■ TO DO
Under this line are the records; write out word for word the part that begins at the line containing "line L11 (-82.3092, 89.0348)" and ends at the line containing "circle A8 centre (-98, -10) radius 1", and no more.

■ MATERIAL SUPPLIED

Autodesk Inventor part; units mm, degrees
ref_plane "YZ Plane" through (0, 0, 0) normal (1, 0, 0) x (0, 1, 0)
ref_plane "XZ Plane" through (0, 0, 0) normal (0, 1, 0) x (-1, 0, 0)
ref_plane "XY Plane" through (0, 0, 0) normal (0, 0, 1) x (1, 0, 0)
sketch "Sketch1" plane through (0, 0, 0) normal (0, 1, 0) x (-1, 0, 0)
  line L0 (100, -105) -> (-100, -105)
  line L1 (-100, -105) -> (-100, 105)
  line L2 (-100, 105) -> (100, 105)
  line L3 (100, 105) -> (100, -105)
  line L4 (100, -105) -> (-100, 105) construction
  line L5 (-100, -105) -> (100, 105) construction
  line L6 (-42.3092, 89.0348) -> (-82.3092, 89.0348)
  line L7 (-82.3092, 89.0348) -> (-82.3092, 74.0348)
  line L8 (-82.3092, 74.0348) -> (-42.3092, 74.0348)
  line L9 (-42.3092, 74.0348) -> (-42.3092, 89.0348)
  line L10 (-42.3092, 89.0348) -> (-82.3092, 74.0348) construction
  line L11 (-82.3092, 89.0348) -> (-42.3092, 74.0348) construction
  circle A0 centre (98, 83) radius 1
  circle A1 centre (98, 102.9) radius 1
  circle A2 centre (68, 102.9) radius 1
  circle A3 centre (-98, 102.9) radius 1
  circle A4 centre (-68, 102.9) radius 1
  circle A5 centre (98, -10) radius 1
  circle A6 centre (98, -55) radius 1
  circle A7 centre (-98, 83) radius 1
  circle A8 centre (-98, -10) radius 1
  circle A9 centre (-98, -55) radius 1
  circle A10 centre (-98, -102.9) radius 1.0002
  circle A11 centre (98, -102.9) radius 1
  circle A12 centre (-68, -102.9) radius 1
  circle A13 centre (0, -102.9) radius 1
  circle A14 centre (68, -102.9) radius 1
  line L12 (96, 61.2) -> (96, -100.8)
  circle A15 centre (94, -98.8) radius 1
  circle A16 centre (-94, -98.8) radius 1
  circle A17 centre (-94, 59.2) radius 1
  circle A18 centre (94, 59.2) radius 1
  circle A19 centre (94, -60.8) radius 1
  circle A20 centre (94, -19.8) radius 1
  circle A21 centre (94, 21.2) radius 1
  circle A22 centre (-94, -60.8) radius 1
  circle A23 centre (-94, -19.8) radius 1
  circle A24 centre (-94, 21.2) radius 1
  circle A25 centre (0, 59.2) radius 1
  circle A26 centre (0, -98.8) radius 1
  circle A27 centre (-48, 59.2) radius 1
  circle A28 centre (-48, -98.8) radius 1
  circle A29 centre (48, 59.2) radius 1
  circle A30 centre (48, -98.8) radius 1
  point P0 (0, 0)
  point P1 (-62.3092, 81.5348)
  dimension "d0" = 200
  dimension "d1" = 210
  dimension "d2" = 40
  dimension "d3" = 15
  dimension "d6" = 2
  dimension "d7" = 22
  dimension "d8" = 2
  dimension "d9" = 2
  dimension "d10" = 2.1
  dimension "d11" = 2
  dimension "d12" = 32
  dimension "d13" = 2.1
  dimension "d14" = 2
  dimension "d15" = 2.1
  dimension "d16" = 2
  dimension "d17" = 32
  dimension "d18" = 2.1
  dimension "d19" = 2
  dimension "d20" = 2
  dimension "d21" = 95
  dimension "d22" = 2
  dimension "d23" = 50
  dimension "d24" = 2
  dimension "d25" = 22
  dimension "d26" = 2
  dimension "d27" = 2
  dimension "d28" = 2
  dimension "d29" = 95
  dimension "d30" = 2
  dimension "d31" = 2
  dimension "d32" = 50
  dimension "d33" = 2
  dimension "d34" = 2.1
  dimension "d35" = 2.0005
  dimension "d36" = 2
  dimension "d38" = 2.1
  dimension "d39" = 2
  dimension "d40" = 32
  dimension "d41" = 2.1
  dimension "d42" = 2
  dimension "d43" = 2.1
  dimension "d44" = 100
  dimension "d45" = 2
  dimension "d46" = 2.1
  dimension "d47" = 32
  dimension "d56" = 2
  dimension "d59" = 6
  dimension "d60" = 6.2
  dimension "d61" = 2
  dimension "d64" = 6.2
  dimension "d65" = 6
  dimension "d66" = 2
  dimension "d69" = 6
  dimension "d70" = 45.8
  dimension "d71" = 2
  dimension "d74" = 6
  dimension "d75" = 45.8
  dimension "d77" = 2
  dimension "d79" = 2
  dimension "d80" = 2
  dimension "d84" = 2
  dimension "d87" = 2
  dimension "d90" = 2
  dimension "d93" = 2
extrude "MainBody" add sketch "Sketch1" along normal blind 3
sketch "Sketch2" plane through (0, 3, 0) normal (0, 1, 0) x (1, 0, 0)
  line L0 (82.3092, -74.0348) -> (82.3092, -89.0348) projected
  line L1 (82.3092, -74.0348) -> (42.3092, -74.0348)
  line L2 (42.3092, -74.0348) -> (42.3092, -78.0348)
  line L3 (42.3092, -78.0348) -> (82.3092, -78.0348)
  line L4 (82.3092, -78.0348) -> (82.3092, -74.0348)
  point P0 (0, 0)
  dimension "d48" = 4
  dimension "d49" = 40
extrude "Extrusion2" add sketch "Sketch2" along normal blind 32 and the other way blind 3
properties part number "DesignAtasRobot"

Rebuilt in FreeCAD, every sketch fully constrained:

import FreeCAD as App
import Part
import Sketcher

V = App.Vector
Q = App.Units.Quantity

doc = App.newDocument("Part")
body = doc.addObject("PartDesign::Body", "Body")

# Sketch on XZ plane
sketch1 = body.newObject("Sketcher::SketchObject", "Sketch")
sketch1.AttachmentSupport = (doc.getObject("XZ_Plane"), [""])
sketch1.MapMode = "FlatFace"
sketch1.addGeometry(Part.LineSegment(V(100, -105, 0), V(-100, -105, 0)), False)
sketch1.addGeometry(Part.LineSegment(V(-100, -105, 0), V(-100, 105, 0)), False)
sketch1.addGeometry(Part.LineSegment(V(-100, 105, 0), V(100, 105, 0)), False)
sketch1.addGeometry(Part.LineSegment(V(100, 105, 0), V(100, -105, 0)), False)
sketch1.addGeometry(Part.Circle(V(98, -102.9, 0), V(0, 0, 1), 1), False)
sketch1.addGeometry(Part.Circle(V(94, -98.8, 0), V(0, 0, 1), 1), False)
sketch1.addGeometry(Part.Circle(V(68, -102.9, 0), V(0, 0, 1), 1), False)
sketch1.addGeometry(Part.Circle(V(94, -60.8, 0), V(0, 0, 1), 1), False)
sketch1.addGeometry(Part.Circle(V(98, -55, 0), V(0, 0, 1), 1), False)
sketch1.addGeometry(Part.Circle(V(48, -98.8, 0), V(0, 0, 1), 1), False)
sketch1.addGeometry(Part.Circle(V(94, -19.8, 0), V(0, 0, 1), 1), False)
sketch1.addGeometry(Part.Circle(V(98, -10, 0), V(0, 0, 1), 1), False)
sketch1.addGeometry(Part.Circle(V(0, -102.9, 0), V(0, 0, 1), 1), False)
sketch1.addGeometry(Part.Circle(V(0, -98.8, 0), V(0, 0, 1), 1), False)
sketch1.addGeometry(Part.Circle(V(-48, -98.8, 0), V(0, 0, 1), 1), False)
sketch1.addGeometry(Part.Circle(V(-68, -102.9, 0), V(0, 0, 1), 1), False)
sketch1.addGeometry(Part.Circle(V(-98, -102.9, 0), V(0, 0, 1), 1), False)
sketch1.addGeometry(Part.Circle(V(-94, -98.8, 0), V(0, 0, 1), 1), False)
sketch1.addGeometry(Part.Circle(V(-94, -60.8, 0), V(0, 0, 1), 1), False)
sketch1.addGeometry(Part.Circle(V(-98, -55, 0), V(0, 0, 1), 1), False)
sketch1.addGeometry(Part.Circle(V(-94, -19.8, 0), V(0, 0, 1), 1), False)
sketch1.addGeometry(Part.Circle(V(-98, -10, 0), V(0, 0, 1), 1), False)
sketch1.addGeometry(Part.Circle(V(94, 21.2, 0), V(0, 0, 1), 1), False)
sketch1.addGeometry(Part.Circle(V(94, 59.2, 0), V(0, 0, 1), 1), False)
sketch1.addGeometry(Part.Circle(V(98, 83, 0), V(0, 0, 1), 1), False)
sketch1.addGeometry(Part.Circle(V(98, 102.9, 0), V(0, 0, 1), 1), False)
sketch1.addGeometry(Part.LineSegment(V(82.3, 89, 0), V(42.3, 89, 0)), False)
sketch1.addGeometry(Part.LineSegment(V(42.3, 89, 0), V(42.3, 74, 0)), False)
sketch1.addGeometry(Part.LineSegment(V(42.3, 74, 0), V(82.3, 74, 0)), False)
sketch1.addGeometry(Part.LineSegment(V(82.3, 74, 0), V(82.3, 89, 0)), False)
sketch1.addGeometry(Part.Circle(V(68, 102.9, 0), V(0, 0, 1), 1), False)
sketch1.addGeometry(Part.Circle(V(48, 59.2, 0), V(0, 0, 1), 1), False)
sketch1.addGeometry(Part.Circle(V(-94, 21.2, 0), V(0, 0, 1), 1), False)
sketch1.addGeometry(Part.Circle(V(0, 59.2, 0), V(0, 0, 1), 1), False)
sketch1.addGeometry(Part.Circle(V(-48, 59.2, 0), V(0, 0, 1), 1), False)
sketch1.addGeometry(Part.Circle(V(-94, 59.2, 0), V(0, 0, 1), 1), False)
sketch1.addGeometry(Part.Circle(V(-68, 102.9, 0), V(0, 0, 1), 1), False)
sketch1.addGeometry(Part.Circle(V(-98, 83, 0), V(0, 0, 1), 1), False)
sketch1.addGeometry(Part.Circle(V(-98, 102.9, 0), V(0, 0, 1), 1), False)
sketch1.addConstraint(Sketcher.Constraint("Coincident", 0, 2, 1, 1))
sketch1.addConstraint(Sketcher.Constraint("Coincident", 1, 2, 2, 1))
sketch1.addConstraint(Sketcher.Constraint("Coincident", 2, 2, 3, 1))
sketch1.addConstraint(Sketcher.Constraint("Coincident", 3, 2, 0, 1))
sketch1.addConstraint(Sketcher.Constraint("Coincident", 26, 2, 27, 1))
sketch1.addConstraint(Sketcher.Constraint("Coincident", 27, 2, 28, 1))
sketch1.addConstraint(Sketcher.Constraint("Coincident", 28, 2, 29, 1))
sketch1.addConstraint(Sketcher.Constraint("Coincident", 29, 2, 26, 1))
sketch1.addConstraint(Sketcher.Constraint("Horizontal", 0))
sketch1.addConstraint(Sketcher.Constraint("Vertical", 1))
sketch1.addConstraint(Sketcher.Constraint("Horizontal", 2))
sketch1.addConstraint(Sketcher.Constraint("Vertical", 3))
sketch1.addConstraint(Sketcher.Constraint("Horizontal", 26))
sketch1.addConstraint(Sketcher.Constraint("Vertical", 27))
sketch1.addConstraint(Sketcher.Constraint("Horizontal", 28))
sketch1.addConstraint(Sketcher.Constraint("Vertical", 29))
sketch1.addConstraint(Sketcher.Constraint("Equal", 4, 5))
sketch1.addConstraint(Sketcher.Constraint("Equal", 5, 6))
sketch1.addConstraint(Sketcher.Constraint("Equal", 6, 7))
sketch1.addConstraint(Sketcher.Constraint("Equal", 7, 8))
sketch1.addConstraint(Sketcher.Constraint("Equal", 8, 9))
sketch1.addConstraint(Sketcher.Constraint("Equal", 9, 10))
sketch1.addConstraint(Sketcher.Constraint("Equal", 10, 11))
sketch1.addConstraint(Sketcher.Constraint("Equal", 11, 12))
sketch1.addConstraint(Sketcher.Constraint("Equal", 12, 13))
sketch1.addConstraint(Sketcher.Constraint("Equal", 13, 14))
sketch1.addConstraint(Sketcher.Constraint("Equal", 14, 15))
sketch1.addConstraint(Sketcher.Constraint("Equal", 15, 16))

■ TASK ANSWER
  line L11 (-82.3092, 89.0348) -> (-42.3092, 74.0348) construction
  circle A0 centre (98, 83) radius 1
  circle A1 centre (98, 102.9) radius 1
  circle A2 centre (68, 102.9) radius 1
  circle A3 centre (-98, 102.9) radius 1
  circle A4 centre (-68, 102.9) radius 1
  circle A5 centre (98, -10) radius 1
  circle A6 centre (98, -55) radius 1
  circle A7 centre (-98, 83) radius 1
  circle A8 centre (-98, -10) radius 1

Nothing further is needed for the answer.